LVMH Moet Hennessy Louis Vuitton SE (OTC: LVMUY), commonly referred to as LVMH or Louis Vuitton, exists as a result of a 1987 merger of the renowned Louis Vuitton fashion house and wines and spirits company Moet Hennessy. The luxury brand conglomerate, boasting $41.6 billion in revenue in 2016, owns approximately 70 small companies it calls “houses” that produce numerous high-end brands. The company’s oldest brand, wine label Château d'Yquem, dates back to the 16th century. The following are the top companies among LVMH’s various houses.
Veuve Clicquot, Wines and Spirits
Founded in the late 18th century by Philippe Clicquot, the Clicquot winemaking and shipping business that eventually became Veuve Clicquot was well known among Champagne connoisseurs across Europe and the United States as early as 1782. The French company is credited with inventing rosé Champagne, a process Philippe Clicquot and subsequent generations of the Clicquot family perfected by adding red wine during the Champagne-making process.
Marc Jacobs International, Fashion
Award-winning designer Marc Jacobs served as Louis Vuitton’s creative director for 16 years. The strategic partnership resulted in LVMH absorbing approximately 80% of Jacob’s company around 2013; this is speculated by industry insiders because neither the company nor Jacobs ever disclosed exact dates or figures. Marc Jacobs International produces high-fashion clothing and accessories under two brands, Marc Jacobs and Marc by Marc, as revenue hovers close to $1 billion as of 2016.
Nicholas Kirkwood, Leather Goods
British shoe designer Nicholas Kirkwood is a relative newcomer in LVMH’s world of decades- and centuries-old companies. Kirkwood launched his designer shoe business in 2005, which came under LVMH ownership in 2013. Kirkwood’s numerous industry awards, including British Fashion Awards in 2010, 2012 and 2013, bolster sales of the company’s various lines of men's and women's shoes.

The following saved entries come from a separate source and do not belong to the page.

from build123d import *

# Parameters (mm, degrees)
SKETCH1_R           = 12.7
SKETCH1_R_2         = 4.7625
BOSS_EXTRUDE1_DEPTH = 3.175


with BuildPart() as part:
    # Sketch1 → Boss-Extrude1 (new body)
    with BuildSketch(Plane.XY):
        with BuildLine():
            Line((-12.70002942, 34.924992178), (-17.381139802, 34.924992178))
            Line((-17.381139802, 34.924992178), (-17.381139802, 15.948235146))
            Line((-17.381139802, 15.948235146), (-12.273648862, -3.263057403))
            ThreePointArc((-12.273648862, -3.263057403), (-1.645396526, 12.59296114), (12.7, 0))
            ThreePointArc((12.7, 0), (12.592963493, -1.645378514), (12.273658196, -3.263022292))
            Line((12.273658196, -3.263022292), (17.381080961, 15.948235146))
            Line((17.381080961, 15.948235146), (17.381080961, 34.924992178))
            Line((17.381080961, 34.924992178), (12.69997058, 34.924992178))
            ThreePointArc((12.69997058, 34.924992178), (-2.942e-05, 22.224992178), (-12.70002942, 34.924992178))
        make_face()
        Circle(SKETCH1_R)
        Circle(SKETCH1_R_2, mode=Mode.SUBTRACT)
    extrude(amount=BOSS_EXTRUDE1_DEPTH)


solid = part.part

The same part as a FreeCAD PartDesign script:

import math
import FreeCAD as App
import Part
import Sketcher

V = App.Vector
Q = App.Units.Quantity

doc = App.newDocument("Part")
body = doc.addObject("PartDesign::Body", "Body")

# Sketch on XY plane
sketch1 = doc.addObject("Sketcher::SketchObject", "Sketch")
body.addObject(sketch1)
sketch1.AttachmentSupport = (doc.XY_Plane, [""])
sketch1.MapMode = "FlatFace"
sketch1.addGeometry([
    Part.LineSegment(V(-12.7, 34.9, 0), V(-17.4, 34.9, 0)),  # 0
    Part.LineSegment(V(-17.4, 34.9, 0), V(-17.4, 15.9, 0)),  # 1
    Part.LineSegment(V(-17.4, 15.9, 0), V(-12.3, -3.3, 0)),  # 2
    Part.ArcOfCircle(Part.Circle(V(0, 0, 0), V(0, 0, 1), 12.7), math.radians(-165), math.radians(-15)),  # 3
    Part.LineSegment(V(12.3, -3.3, 0), V(17.4, 15.9, 0)),  # 4
    Part.LineSegment(V(17.4, 15.9, 0), V(17.4, 34.9, 0)),  # 5
    Part.LineSegment(V(17.4, 34.9, 0), V(12.7, 34.9, 0)),  # 6
    Part.ArcOfCircle(Part.Circle(V(0, 34.9, 0), V(0, 0, 1), 12.7), math.radians(180), math.radians(360)),  # 7
    Part.Circle(V(0, 0, 0), V(0, 0, 1), 4.8),  # 8
], False)
sketch1.addConstraint([
    Sketcher.Constraint("Coincident", 0, 2, 1, 1),
    Sketcher.Constraint("Coincident", 1, 2, 2, 1),
    Sketcher.Constraint("Tangent", 2, 2, 3, 1),
    Sketcher.Constraint("Tangent", 3, 2, 4, 1),
    Sketcher.Constraint("Coincident", 4, 2, 5, 1),
    Sketcher.Constraint("Coincident", 5, 2, 6, 1),
    Sketcher.Constraint("Coincident", 6, 2, 7, 2),
    Sketcher.Constraint("Coincident", 7, 1, 0, 1),
    Sketcher.Constraint("Horizontal", 0),
    Sketcher.Constraint("Vertical", 1),
    Sketcher.Constraint("Vertical", 5),
    Sketcher.Constraint("Horizontal", 6),
    Sketcher.Constraint("Coincident", 3, 3, -1, 1),
    Sketcher.Constraint("Coincident", 8, 3, -1, 1),
    Sketcher.Constraint("Equal", 3, 7),
    Sketcher.Constraint("Horizontal", 7, 3, 0, 2),
    Sketcher.Constraint("Horizontal", 1, 2, 4, 2),
    Sketcher.Constraint("Horizontal", 0, 2, 5, 2),
    Sketcher.Constraint("Equal", 0, 6),
    Sketcher.Constraint("Radius", 3, Q("0.5 in")),
    Sketcher.Constraint("Diameter", 8, Q("0.375 in")),
    Sketcher.Constraint("DistanceX", 0, 2, 0, 1, Q("4.68111 mm")),
    Sketcher.Constraint("DistanceY", 1, 2, 1, 1, Q("18.976757 mm")),
    Sketcher.Constraint("DistanceX", 0, 2, -1, 1, Q("17.38114 mm")),
    Sketcher.Constraint("DistanceX", 2, 2, -1, 1, Q("12.273649 mm")),
])
pad1 = doc.addObject("PartDesign::Pad", "Pad")
body.addObject(pad1)
pad1.Profile = sketch1
pad1.Length = Q("0.125 in")

doc.recompute()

Riding the wave of consumer interest in natural products, Lev Glazman and Alina Roytberg launched Fresh in Boston in 1991. The company’s signature products include artisan soaps, skincare and haircare products featuring natural ingredients such as milk, sugar and tea. It also produces a line of signature candles. Twenty-five years later in 2016, Fresh launched the Fresh Research Lab, which is housed in LVHM’s Helios Research Center in Saint-Jean-de-Braye, France.
Pierre-Francois Guerlain founded the Guerlain perfume house in 1828 at 42 rue de Rivoli to give women of discerning taste a place to buy custom fragrances. Guerlain’s clients back then included Napoleon III, Queen Isabella II of Spain and Queen Victoria. The company remained owned and operated by members of the Guerlain family until its acquisition by LVMH in 1994. With 800 fragrances later, Guerlain remains a household name for memorable fragrances such as Shalimar, Champs-Élysées and Insolence.
TAG Heuer, Watches
Heuer was the brainchild of Swiss watch innovator Edouard Heuer. The company traces its roots to St-Imier, Switzerland, where Heuer patented his first timepiece in 1882. In 2016, numerous watches feature a triple-chronograph design, but the Heuer design was the first and only of its kind during the 19th century and most of the 20th century. In the birth of the auto industry, Heuer chronographs featured prominently in cars, and also in airplanes and boats. Heuer merged with Techniques d'Avant Garde, or TAG, in 1985, and LVHM bought TAG Heuer in 1999. The company remains a leading sponsor of the Red Bull Formula One racing team, a partnership brought to the brand by TAG in the 1980s.
Known for creativity and colorful jewelry designs, Bulgari has been at the forefront of commodifying “la dolce vita” since its founding by Greek immigrant Sotirios Voulgaris in 1884. The Italian company’s flagship store on Via dei Condotti is a historic landmark and one of Rome’s most visited tourist attractions. LVMH acquired a 50% stake in Bulgari in 2011.